Using the records below, output the stretch that opens with the line containing "f 141 2 140" and closes with the line containing "f 101 134 40", exactly and including both lines, with nothing more.

▸ Materials provided:
*** Begin section ***

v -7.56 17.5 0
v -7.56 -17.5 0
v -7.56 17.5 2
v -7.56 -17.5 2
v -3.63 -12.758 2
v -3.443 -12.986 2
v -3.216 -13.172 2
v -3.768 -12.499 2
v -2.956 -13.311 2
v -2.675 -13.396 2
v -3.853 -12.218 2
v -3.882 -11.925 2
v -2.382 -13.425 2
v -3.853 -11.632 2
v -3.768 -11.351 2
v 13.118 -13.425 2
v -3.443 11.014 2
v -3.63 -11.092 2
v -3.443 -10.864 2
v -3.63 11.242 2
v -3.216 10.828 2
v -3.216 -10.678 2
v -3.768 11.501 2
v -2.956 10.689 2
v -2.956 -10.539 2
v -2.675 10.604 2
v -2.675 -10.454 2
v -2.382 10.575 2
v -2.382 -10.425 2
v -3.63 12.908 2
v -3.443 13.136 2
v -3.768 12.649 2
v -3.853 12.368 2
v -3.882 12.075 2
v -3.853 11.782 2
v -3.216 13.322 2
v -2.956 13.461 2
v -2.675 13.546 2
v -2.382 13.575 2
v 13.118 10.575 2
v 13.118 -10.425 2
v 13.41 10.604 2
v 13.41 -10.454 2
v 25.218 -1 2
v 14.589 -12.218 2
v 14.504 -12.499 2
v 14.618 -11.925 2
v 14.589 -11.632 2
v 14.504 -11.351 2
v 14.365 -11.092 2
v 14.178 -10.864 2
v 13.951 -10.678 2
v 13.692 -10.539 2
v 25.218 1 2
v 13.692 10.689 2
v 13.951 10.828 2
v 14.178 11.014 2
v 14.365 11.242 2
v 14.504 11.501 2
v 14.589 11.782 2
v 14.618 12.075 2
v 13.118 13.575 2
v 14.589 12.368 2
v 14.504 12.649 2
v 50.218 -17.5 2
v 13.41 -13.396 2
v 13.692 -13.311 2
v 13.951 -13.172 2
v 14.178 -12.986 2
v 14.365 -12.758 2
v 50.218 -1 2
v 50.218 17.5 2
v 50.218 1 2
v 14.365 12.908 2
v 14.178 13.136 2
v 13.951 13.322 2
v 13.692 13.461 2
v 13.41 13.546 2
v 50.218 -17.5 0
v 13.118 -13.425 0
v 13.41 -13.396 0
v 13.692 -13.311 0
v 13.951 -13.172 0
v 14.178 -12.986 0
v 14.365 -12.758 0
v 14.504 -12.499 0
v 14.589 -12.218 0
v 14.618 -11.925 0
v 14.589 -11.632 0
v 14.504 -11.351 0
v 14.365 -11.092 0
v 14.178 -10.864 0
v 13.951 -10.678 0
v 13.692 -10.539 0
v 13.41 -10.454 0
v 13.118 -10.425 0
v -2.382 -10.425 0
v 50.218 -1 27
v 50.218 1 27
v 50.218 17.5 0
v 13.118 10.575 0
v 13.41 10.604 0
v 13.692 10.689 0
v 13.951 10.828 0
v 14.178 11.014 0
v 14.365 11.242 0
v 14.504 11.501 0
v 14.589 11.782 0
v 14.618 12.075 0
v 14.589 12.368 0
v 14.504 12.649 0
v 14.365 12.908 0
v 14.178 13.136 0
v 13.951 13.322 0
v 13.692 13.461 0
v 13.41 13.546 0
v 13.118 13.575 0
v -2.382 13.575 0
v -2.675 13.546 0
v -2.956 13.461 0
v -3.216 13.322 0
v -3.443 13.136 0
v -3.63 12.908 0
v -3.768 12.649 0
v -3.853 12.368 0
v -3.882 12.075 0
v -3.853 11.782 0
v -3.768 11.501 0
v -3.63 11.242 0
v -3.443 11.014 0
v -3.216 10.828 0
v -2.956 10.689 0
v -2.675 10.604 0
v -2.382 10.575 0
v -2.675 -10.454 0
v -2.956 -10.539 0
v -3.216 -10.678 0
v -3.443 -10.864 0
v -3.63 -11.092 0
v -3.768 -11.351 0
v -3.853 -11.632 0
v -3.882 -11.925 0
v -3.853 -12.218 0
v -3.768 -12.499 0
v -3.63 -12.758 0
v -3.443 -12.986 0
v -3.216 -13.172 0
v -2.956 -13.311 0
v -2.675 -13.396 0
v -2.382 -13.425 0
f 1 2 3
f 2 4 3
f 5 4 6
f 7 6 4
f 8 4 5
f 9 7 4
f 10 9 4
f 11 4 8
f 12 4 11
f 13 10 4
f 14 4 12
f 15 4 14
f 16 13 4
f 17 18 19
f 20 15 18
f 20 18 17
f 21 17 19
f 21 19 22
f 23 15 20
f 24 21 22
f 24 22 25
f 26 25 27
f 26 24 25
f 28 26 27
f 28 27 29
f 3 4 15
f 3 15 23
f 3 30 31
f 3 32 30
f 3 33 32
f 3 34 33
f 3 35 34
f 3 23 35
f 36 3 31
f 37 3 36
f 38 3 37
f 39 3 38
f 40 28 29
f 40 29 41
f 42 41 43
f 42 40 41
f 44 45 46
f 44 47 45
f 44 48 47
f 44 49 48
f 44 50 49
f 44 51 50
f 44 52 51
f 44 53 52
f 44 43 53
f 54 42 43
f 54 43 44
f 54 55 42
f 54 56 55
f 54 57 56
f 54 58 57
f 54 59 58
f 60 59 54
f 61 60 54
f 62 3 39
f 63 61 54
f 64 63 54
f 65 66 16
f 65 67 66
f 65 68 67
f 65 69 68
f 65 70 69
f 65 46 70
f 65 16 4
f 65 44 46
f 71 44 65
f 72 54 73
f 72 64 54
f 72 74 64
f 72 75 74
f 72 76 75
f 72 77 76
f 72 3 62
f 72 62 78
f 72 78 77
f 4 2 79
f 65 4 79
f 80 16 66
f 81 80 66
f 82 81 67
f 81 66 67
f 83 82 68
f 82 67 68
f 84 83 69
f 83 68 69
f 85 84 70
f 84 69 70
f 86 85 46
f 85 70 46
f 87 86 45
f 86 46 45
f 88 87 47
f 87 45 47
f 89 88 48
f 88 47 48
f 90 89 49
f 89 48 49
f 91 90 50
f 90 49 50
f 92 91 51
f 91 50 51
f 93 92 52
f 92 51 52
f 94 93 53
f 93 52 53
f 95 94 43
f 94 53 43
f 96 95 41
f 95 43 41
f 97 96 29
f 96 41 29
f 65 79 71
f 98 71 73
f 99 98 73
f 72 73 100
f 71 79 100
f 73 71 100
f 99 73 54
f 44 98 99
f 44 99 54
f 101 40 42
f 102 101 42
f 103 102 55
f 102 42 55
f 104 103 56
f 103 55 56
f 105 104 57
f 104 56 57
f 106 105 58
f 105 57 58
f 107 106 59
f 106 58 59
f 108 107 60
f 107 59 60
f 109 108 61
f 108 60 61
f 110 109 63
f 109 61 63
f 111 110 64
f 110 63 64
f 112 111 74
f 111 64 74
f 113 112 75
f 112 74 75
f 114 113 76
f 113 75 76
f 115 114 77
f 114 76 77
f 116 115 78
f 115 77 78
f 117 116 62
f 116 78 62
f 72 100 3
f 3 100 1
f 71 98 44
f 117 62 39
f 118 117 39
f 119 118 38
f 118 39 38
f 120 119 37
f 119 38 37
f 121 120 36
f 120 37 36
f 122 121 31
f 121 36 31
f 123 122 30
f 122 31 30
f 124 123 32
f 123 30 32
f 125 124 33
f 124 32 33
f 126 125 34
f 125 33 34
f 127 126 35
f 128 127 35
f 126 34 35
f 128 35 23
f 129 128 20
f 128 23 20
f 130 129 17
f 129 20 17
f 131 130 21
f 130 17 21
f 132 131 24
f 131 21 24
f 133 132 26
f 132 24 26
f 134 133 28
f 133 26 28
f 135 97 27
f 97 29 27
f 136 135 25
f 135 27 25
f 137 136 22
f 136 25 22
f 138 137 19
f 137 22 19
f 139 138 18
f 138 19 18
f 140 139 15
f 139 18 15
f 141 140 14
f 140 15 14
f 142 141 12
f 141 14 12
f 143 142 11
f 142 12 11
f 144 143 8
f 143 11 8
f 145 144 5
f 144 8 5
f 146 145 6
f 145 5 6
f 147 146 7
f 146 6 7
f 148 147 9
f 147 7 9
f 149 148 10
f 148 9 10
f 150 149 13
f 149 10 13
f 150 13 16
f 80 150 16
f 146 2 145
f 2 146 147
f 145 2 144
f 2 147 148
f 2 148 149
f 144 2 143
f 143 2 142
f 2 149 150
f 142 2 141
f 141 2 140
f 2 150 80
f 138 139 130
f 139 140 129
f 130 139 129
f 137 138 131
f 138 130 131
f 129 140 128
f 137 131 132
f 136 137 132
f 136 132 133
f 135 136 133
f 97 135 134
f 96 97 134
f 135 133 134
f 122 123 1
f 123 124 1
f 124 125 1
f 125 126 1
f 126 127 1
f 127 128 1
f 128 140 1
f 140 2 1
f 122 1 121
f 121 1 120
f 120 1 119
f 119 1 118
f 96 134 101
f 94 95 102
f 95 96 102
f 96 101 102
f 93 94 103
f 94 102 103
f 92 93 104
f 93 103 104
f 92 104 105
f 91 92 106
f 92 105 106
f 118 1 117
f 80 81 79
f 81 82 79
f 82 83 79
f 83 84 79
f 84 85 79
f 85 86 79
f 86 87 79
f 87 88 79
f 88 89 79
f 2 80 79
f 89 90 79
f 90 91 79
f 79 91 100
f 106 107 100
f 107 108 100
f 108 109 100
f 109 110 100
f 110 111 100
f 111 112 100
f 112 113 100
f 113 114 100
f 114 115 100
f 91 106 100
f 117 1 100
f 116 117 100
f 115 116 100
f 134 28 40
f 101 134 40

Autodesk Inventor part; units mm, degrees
ref_plane "YZ Plane" through (0, 0, 0) normal (1, 0, 0) x (0, 1, 0)
ref_plane "XZ Plane" through (0, 0, 0) normal (0, 1, 0) x (-1, 0, 0)
ref_plane "XY Plane" through (0, 0, 0) normal (0, 0, 1) x (1, 0, 0)
ref_plane "Płaszczyzna konstrukcyjna1" through (3.373, 0, 0) normal (0, 0, 1) x (1, 0, 0)
sketch "Szkic1" plane through (3.373, 0, 0) normal (0, 0, 1) x (1, 0, 0)
  line L0 (-18.9331, -17.5) -> (46.8447, -17.5)
  line L1 (46.8447, -17.5) -> (46.8447, 17.5)
  line L2 (46.8447, 17.5) -> (-18.9331, 17.5)
  line L3 (-18.9331, 17.5) -> (-18.9331, -17.5)
  line L4 (-3.373, 0) -> (-37.9313, 0) construction
  line L5 (46.8447, 48.9998) -> (46.8447, 17.425) construction
  arc A0 (-19.7109, 13.5) -> (-19.7109, 10.5) centre (-19.7109, 12) ccw construction
  line L6 (-19.7109, 13.5) -> (-16.7109, 13.5) construction
  arc A1 (-16.7109, 10.5) -> (-16.7109, 13.5) centre (-16.7109, 12) ccw construction
  line L7 (-16.7109, 10.5) -> (-19.7109, 10.5) construction
  line L8 (-29.2109, -13.5) -> (-32.2109, -13.5) construction
  arc A2 (-32.2109, -10.5) -> (-32.2109, -13.5) centre (-32.2109, -12) ccw construction
  line L9 (-32.2109, -10.5) -> (-29.2109, -10.5) construction
  arc A3 (-29.2109, -13.5) -> (-29.2109, -10.5) centre (-29.2109, -12) ccw construction
  circle A4 centre (-16.7109, -12) radius 1.5 construction
  circle A5 centre (-32.2109, 12) radius 1.5 construction
  line L10 (-11.7109, 6.9) -> (-34.7109, 6.9) construction
  line L11 (-11.7109, -6.9) -> (-11.7109, 6.9) construction
  line L12 (-34.7109, -6.9) -> (-11.7109, -6.9) construction
  line L13 (-15.7109, -16) -> (-34.7109, -16) construction
  line L14 (-6.2109, -9.5) -> (-15.7109, -16) construction
  line L15 (-6.2109, 9.5) -> (-6.2109, -9.5) construction
  line L16 (-15.7109, 16) -> (-6.2109, 9.5) construction
  line L17 (-34.7109, 16) -> (-15.7109, 16) construction
  line L18 (-34.7109, -6.9) -> (-34.7109, -16) projected
  line L19 (-34.7109, 16) -> (-34.7109, 6.9) projected
  dimension "d0" = 35
extrude "Wyciągnięcie proste1" add sketch "Szkic1" along normal blind 2
sketch "Szkic2" plane through (0, 0, 0) normal (0, 1, 0) x (-1, 0, 0)
  line L0 (-50.2177, 2) -> (15.5601, 2) projected
  line L1 (-50.2177, 2) -> (-50.2177, 27)
  line L2 (-50.2177, 27) -> (-25.2177, 2)
  line L3 (-50.2177, 2) -> (-25.2177, 2)
  point P0 (0, 0)
  dimension "d3" = 25
  dimension "d4" = 25
extrude "Wyciągnięcie proste2" add sketch "Szkic2" along normal mid plane 2
sketch "Szkic3" plane through (3.373, 0, 2) normal (0, 0, 1) x (1, 0, 0)
  line L0 (-18.9331, 17.5) -> (-18.9331, -17.5) projected
  line L1 (-18.9331, -17.5) -> (-10.9331, -17.5)
  line L2 (-10.9331, -17.5) -> (-10.9331, 17.5)
  line L3 (-10.9331, 17.5) -> (-18.9331, 17.5)
  line L4 (-18.9331, 17.5) -> (-18.9331, -17.5)
  point P0 (-3.373, 0)
  dimension "d7" = 8
extrude "Wyciągnięcie proste3" cut sketch "Szkic3" against normal up to next
sketch "Szkic5" plane through (3.373, 0, 2) normal (0, 0, 1) x (1, 0, 0)
  circle A0 centre (-5.7553, 12.075) radius 1.5 projected
  arc A1 (9.7447, 10.575) -> (9.7447, 13.575) centre (9.7447, 12.075) ccw projected
  arc A2 (6.7447, 13.575) -> (6.7447, 10.575) centre (6.7447, 12.075) ccw projected
  arc A3 (-2.7553, -13.425) -> (-2.7553, -10.425) centre (-2.7553, -11.925) ccw projected
  arc A4 (-5.7553, -10.425) -> (-5.7553, -13.425) centre (-5.7553, -11.925) ccw projected
  circle A5 centre (9.7447, -11.925) radius 1.5 projected
  line L0 (-7.2553, -11.925) -> (11.2447, -11.925) construction
  line L1 (-5.7553, -13.425) -> (9.7447, -13.425)
  line L2 (9.7447, -10.425) -> (-5.7553, -10.425)
  arc A6 (-5.7553, -10.425) -> (-5.7553, -13.425) centre (-5.7553, -11.925) ccw
  arc A7 (9.7447, -13.425) -> (9.7447, -10.425) centre (9.7447, -11.925) ccw
  line L3 (-7.2553, 12.075) -> (11.2447, 12.075) construction
  line L4 (-5.7553, 10.575) -> (9.7447, 10.575)
  line L5 (9.7447, 13.575) -> (-5.7553, 13.575)
  arc A8 (-5.7553, 13.575) -> (-5.7553, 10.575) centre (-5.7553, 12.075) ccw
  arc A9 (9.7447, 10.575) -> (9.7447, 13.575) centre (9.7447, 12.075) ccw
  point P0 (-3.373, 0)
  point P1 (1.9947, -11.925)
  point P2 (1.9947, 12.075)
extrude "Wyciągnięcie proste5" cut sketch "Szkic5" against normal up to next
properties part number "hinge_support"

*** End section ***

▸ Solved exercise:
f 141 2 140
f 2 150 80
f 138 139 130
f 139 140 129
f 130 139 129
f 137 138 131
f 138 130 131
f 129 140 128
f 137 131 132
f 136 137 132
f 136 132 133
f 135 136 133
f 97 135 134
f 96 97 134
f 135 133 134
f 122 123 1
f 123 124 1
f 124 125 1
f 125 126 1
f 126 127 1
f 127 128 1
f 128 140 1
f 140 2 1
f 122 1 121
f 121 1 120
f 120 1 119
f 119 1 118
f 96 134 101
f 94 95 102
f 95 96 102
f 96 101 102
f 93 94 103
f 94 102 103
f 92 93 104
f 93 103 104
f 92 104 105
f 91 92 106
f 92 105 106
f 118 1 117
f 80 81 79
f 81 82 79
f 82 83 79
f 83 84 79
f 84 85 79
f 85 86 79
f 86 87 79
f 87 88 79
f 88 89 79
f 2 80 79
f 89 90 79
f 90 91 79
f 79 91 100
f 106 107 100
f 107 108 100
f 108 109 100
f 109 110 100
f 110 111 100
f 111 112 100
f 112 113 100
f 113 114 100
f 114 115 100
f 91 106 100
f 117 1 100
f 116 117 100
f 115 116 100
f 134 28 40
f 101 134 40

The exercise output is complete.